Freedom of artistic expression and the mass media is also under attack. The State Duma has approved the first reading of a law limiting the distribution and sale of products, services and performances of a sexual nature. Its intention is to control the spread of pornography and commercial erotica, especially among minors. But the most difficult issue of any such legislation is the differentiation between pornography and erotic art. In the draft law, prepared by professionals, this was taken into account. Yet later legislators deleted this limitation and instead of the "unclear" concept of erotica introduced the notion "products of a sexual nature", which is defined as " the products of mass media, any other printed and audio-visual products, including advertising, messages and materials, transmitted and received by the computer networks, as well as different things and means, satisfying the needs, related to sexual drive, with the exception of medical drugs and the products for medical purposes". This definition is legally and scientifically meaningless. Everything can be used or interpreted in a sexual way. For a Greek youth who secretly copulated with the Aphrodite statue, the sculpture was definitely a "sexual production", just as was Guido Reni’s St. Sebastian for Yukio Mishima. Does it mean that these objects of art and their reproduction should be distributed only in the "special places" and children should be banned from the Hermitage museum? According to this draft law, Nabokov’s "Lolita" should be banned from any public library. If this law is finally accepted, Russian art and culture will be once again at the mercy of corrupt state officials and their subservient and ignorant "experts".

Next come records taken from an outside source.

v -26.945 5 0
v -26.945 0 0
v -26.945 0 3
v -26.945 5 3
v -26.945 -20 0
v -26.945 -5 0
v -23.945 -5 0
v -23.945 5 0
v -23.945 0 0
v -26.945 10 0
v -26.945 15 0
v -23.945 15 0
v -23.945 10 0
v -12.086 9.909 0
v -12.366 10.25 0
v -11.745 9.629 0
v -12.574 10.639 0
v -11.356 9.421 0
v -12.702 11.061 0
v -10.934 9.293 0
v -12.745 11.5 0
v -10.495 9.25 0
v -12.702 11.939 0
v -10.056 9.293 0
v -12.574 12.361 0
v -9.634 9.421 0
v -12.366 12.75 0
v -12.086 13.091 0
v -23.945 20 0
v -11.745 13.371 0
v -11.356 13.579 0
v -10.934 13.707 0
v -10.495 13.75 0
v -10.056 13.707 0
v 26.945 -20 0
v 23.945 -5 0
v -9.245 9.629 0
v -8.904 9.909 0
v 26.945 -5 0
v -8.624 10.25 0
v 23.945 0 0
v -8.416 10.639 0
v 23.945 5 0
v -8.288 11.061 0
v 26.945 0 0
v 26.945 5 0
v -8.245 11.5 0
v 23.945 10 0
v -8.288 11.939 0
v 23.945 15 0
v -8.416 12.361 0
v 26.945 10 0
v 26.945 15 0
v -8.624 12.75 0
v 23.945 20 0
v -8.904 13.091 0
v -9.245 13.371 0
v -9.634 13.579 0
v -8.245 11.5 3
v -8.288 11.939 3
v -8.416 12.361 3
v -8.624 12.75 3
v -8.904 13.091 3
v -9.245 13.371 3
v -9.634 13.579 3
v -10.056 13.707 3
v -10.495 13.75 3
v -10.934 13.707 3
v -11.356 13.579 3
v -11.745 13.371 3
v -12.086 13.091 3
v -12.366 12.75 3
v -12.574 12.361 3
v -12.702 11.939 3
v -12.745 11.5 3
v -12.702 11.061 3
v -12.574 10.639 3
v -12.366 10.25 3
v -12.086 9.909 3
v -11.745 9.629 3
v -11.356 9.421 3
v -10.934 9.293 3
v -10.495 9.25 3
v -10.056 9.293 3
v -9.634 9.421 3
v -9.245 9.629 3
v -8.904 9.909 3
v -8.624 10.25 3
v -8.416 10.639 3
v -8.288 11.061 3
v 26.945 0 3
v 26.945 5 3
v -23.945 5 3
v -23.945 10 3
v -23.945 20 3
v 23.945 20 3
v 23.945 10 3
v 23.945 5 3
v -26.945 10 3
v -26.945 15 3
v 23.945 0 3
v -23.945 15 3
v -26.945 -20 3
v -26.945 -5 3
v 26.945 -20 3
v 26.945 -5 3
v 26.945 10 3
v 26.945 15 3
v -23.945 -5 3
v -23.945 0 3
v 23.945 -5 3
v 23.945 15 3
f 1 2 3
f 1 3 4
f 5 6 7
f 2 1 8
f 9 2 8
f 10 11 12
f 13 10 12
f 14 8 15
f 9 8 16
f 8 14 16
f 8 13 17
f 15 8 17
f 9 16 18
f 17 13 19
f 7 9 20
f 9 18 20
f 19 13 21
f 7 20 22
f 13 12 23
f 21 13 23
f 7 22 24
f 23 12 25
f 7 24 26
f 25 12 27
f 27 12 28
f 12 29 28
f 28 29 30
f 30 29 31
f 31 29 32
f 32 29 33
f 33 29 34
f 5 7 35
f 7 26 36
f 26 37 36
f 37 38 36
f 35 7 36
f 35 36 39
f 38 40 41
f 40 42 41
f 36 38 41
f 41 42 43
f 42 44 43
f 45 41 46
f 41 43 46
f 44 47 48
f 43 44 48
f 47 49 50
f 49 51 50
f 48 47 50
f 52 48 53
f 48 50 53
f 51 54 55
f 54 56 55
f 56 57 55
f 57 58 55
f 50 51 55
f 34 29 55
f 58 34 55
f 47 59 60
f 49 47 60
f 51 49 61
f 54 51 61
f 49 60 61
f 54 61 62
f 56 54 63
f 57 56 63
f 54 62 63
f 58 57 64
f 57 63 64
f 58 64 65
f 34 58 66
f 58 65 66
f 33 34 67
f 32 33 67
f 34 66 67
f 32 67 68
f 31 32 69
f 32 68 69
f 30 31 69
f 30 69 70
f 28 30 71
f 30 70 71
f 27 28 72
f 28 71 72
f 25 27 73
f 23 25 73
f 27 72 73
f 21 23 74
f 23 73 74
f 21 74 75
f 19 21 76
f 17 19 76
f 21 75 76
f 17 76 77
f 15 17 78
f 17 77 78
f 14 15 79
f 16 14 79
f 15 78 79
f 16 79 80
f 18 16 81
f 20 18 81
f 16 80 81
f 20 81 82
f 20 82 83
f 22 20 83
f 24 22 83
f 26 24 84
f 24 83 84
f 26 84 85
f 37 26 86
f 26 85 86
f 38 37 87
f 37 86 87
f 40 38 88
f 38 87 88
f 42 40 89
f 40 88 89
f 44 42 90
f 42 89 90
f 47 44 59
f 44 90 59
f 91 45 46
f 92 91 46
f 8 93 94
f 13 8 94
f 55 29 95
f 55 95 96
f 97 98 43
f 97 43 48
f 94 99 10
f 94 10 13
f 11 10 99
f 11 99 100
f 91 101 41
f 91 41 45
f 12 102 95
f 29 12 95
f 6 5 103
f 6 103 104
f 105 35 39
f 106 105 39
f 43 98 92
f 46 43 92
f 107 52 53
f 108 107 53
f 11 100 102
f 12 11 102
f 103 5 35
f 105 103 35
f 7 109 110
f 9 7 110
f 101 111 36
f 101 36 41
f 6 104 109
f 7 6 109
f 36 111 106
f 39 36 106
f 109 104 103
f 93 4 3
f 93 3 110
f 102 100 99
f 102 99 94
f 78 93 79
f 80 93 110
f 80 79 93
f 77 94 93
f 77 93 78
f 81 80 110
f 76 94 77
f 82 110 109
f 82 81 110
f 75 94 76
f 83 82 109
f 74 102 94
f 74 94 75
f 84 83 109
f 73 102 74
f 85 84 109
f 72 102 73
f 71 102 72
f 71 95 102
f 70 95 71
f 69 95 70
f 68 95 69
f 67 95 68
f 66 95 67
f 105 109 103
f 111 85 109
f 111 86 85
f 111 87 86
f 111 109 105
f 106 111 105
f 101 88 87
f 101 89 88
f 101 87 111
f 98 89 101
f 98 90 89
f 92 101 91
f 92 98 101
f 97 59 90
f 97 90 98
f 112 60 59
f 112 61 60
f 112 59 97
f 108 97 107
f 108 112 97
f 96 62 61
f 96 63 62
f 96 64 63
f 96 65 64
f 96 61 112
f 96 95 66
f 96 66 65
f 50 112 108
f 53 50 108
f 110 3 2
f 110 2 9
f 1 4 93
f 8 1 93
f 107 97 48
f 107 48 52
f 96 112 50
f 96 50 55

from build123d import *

# Parameters (mm, degrees)
SKETCH1_W           = 53.89
SKETCH1_H           = 40
BOSS_EXTRUDE1_DEPTH = 3
SKETCH2_R           = 2.25
SKETCH2_W           = 3
SKETCH2_H           = 5
CUT_EXTRUDE1_DEPTH  = 3


with BuildPart() as part:
    # Sketch1 → Boss-Extrude1 (new body)
    with BuildSketch(Plane.XY):
        Rectangle(SKETCH1_W, SKETCH1_H)
    extrude(amount=BOSS_EXTRUDE1_DEPTH)

    # Sketch2 → Cut-Extrude1 (cut)
    with BuildSketch(Plane.XY.offset(3)):
        with Locations((-10.495, 11.5)):
            Circle(SKETCH2_R)
        with Locations((-25.445, 17.5)):
            Rectangle(SKETCH2_W, SKETCH2_H)
        with Locations((-25.445, 7.5)):
            Rectangle(SKETCH2_W, SKETCH2_H)
        with Locations((25.445, 17.5)):
            Rectangle(SKETCH2_W, SKETCH2_H)
        with Locations((25.445, 7.5)):
            Rectangle(SKETCH2_W, SKETCH2_H)
        with Locations((25.445, -2.5)):
            Rectangle(SKETCH2_W, SKETCH2_H)
        with Locations((-25.445, -2.5)):
            Rectangle(SKETCH2_W, SKETCH2_H)
    extrude(amount=-CUT_EXTRUDE1_DEPTH, mode=Mode.SUBTRACT)


solid = part.part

What may be the possible outcome of these battles? In the short run, almost anything can happen in Russia. But in the long run I’m optimistic. The unique Soviet sexophobia had been partly rooted in old Russian traditions but its main social strength was the underdevelopment of private life and the fact that USSR was a closed society. Both of these factors are now in decline.

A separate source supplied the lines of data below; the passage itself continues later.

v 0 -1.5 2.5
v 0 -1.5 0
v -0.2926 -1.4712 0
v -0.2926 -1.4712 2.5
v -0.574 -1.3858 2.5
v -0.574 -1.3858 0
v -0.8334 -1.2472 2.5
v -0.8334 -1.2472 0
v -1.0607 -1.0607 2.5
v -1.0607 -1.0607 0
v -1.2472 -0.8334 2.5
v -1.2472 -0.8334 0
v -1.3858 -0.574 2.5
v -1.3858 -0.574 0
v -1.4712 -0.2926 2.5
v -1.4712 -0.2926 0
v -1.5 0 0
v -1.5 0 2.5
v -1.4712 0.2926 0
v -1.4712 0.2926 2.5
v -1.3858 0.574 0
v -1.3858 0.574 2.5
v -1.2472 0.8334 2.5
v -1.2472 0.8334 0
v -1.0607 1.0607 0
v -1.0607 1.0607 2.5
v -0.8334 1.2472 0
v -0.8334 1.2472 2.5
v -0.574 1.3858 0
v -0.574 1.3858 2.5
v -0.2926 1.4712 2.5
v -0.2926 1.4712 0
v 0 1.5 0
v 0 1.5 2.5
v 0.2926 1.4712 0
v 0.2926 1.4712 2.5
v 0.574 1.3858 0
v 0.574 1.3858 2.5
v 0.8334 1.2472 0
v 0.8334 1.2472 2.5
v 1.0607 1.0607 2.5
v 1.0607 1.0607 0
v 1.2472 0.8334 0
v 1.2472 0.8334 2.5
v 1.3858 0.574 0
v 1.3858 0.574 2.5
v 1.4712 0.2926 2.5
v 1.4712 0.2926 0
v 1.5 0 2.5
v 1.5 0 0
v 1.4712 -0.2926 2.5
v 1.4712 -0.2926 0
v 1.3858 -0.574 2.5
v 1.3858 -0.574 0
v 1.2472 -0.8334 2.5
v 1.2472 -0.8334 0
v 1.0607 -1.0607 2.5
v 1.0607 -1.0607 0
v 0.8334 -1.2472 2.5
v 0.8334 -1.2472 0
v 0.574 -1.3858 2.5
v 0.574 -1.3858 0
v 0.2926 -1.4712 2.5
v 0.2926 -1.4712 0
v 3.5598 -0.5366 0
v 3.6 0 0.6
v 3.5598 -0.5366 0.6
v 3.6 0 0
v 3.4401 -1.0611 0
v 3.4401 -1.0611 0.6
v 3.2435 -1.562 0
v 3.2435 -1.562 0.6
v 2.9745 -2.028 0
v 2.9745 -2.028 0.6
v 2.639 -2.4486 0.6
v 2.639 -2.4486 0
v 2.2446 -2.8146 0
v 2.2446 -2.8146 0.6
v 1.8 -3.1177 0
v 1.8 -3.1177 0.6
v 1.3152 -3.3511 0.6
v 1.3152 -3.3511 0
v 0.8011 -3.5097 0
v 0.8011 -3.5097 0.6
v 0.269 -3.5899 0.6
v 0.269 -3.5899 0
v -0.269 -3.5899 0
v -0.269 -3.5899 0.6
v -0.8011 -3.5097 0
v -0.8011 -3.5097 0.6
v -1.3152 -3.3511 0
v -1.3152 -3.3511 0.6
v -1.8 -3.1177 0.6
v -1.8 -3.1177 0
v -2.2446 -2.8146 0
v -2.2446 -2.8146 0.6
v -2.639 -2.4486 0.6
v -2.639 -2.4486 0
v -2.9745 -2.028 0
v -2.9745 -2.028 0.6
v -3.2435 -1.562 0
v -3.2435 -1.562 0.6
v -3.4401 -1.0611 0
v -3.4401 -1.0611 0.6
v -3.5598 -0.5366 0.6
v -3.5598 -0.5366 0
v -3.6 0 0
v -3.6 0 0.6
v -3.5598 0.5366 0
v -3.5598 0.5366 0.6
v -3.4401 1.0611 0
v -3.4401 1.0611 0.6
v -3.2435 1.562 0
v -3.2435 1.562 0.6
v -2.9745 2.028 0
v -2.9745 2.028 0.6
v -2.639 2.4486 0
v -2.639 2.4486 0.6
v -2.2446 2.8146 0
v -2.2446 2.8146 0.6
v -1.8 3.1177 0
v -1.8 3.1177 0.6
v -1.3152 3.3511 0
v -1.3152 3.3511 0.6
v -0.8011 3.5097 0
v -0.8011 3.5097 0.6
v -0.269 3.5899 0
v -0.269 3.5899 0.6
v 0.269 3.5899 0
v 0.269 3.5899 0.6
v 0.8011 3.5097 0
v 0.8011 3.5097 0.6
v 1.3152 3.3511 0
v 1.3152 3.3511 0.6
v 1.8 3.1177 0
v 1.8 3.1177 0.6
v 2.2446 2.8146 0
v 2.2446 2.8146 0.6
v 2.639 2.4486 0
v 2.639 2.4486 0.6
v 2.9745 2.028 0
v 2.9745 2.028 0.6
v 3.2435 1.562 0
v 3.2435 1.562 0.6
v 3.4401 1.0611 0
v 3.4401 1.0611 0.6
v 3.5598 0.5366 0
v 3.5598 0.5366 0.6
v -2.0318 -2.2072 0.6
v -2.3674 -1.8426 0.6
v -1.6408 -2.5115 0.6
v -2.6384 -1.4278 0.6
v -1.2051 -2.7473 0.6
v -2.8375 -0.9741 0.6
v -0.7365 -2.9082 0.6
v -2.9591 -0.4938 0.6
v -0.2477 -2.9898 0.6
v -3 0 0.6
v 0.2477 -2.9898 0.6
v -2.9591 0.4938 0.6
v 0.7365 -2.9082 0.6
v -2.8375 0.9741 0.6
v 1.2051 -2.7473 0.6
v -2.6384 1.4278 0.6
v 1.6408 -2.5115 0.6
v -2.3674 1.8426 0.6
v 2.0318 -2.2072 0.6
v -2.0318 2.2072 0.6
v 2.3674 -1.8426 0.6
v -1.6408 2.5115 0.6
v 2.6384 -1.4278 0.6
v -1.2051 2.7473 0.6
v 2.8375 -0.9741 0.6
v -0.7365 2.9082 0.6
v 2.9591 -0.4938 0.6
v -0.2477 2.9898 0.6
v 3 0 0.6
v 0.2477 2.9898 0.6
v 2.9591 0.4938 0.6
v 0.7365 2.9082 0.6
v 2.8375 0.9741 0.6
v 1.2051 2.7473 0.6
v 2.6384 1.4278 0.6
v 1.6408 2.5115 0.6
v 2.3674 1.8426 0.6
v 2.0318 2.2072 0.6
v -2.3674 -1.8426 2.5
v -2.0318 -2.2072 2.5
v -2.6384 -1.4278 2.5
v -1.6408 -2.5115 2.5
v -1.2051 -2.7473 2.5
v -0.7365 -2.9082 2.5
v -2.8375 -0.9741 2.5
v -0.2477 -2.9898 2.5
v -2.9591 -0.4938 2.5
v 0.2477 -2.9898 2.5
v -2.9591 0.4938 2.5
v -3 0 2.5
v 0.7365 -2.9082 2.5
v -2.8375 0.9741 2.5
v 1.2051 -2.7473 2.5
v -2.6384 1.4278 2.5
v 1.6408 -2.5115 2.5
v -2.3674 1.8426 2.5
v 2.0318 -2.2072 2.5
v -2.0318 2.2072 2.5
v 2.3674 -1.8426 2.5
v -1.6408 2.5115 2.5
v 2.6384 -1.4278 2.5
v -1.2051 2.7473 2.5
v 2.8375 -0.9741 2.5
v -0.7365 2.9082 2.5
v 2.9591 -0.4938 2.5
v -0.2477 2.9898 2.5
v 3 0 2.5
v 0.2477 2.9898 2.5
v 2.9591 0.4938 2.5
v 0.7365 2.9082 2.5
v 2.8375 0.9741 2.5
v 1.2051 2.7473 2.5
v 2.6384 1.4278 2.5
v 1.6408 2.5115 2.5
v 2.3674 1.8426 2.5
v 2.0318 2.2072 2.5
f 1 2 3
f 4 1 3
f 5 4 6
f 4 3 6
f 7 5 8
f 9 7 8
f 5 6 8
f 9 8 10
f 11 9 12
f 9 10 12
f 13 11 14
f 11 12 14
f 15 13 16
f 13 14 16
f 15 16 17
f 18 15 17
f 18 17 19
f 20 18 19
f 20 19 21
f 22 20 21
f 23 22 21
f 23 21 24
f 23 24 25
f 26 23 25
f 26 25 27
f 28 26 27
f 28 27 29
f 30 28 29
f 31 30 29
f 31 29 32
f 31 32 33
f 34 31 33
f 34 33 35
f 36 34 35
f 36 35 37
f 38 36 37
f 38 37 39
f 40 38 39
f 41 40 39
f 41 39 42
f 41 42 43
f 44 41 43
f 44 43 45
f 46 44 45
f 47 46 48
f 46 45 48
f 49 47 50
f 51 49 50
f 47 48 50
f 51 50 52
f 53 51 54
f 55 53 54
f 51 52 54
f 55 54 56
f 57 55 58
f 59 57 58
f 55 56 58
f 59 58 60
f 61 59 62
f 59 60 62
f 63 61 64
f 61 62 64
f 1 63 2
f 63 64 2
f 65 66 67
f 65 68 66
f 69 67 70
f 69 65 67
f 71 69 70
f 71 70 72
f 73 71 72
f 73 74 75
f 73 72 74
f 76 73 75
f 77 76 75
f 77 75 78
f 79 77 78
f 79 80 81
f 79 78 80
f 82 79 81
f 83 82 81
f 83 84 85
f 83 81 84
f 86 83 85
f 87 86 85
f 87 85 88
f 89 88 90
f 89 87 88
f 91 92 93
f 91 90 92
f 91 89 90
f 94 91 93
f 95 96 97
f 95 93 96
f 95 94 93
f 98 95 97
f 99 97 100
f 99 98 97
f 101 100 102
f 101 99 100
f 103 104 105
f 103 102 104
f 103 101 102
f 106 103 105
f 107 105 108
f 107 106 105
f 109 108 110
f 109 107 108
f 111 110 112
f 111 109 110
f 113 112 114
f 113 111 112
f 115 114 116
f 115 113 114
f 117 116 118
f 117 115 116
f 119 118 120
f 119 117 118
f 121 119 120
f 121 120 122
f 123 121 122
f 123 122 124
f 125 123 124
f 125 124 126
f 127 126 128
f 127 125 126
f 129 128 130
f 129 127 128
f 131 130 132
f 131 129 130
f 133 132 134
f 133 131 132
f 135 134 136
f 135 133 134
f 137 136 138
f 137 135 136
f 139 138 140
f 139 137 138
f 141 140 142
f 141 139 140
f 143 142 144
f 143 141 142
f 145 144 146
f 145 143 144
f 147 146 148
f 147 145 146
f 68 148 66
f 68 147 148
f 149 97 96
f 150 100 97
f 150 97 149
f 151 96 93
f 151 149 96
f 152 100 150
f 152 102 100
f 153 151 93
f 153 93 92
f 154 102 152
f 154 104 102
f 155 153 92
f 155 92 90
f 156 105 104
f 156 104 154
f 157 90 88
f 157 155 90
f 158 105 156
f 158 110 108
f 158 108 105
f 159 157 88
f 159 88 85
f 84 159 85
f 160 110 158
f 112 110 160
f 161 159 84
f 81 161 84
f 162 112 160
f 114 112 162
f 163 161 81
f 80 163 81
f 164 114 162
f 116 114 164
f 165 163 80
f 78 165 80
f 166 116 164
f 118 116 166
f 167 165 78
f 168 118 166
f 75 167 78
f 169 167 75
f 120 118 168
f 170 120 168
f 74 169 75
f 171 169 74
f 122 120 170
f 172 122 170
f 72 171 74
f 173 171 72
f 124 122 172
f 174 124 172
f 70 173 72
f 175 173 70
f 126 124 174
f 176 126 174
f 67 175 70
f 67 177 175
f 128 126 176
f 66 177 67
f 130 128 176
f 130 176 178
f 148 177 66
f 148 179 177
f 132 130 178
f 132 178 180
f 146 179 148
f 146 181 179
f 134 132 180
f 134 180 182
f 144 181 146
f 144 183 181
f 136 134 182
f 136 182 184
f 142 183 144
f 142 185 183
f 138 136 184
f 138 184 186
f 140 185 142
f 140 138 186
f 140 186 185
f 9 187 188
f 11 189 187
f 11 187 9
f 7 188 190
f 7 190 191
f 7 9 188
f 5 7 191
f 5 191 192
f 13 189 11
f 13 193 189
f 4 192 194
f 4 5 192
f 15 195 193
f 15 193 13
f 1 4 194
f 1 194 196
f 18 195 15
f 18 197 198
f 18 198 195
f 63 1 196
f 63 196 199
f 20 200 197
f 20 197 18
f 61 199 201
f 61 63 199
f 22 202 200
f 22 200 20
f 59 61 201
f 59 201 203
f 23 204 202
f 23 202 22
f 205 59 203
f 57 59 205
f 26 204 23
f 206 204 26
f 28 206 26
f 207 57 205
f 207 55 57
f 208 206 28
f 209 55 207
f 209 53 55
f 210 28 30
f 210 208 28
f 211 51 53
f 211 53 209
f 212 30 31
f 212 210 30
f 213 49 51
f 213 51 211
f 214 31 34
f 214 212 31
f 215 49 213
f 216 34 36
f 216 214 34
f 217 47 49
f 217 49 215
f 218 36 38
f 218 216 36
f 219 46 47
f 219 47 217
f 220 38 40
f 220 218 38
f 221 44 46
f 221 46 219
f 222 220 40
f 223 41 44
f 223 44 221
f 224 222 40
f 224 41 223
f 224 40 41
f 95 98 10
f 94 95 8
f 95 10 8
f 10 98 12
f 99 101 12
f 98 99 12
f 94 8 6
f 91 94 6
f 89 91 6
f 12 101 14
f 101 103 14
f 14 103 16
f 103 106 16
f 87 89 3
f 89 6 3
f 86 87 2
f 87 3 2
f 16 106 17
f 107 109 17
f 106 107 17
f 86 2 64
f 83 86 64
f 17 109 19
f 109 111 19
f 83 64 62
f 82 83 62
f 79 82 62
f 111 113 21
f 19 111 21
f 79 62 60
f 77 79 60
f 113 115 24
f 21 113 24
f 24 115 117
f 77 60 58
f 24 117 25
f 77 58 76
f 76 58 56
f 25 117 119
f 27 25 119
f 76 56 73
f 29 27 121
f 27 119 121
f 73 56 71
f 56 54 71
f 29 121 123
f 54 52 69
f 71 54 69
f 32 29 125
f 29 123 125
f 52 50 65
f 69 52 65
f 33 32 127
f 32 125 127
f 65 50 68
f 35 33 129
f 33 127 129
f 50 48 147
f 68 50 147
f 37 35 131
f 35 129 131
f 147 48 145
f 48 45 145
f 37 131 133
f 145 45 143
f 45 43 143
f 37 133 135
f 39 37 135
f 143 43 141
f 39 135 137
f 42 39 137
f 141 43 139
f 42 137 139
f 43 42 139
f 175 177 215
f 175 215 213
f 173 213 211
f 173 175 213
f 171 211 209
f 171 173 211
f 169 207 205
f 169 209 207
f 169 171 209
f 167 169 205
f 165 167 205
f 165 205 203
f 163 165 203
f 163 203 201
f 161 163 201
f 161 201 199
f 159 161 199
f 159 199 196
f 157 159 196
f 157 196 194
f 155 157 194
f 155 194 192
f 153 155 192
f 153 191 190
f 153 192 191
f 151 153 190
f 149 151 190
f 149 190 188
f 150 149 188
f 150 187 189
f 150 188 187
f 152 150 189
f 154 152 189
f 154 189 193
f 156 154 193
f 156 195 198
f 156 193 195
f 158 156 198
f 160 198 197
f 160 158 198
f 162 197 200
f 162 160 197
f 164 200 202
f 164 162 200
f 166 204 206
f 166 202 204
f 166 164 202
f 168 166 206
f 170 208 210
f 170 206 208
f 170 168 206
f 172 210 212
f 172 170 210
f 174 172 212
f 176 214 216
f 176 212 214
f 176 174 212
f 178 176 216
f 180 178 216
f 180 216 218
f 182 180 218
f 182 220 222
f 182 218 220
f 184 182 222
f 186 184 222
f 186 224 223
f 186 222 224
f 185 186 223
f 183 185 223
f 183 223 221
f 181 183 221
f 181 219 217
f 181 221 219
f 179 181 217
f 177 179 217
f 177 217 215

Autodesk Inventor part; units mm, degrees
ref_plane "YZ Plane" through (0, 0, 0) normal (1, 0, 0) x (0, 1, 0)
ref_plane "XZ Plane" through (0, 0, 0) normal (0, 1, 0) x (-1, 0, 0)
ref_plane "XY Plane" through (0, 0, 0) normal (0, 0, 1) x (1, 0, 0)
sketch "スケッチ1" plane through (0, 0, 0) normal (0, 0, 1) x (1, 0, 0)
  circle A0 centre (0, 0) radius 3.6
  dimension "d0" = 7.2
extrude "押し出し1" add sketch "スケッチ1" along normal blind 0.6
sketch "スケッチ2" plane through (0, 0, 0.6) normal (0, 0, 1) x (1, 0, 0)
  circle A0 centre (0, 0) radius 3
  dimension "d3" = 6
extrude "押し出し2" add sketch "スケッチ2" along normal blind 1.9
sketch "スケッチ3" plane through (0, 0, 2.5) normal (0, 0, 1) x (1, 0, 0)
  point P0 (0, 0)
hole "穴1" at (0, 0, 2.5) direction (0, 0, -1) diameter 3 depth 15
properties part number "ベアリング"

Like some other aspects of Soviet/Russian life, sexophobia has been the offspring of the marginal, declasse lumpen-proletarians, ex-peasants who did not really belong to the town or the countryside. This segment of the population is gradually disappearing from the historical stage. By the year 2000, less than half of the 40-year-olds, but over 60% of the 30-year-olds and 70% of 20-year-olds will have been born in the cities .

Current sexual attitudes and practices in Russia are highly diversified according to age, gender, education, cohort, regional, ethnic, and social background. In the near future, this heterogeneity will probably increase and it may produce more cultural conflicts. Yet in the long run, it is the younger, urban, and better educated people who will certainly have the upper hand in defining what is right and what is wrong. Any attempt by the state, Church, or local community to limit forcibly their sexual freedom is doomed to failure, and will be terribly detrimental to the authority of the institutions making the attempt.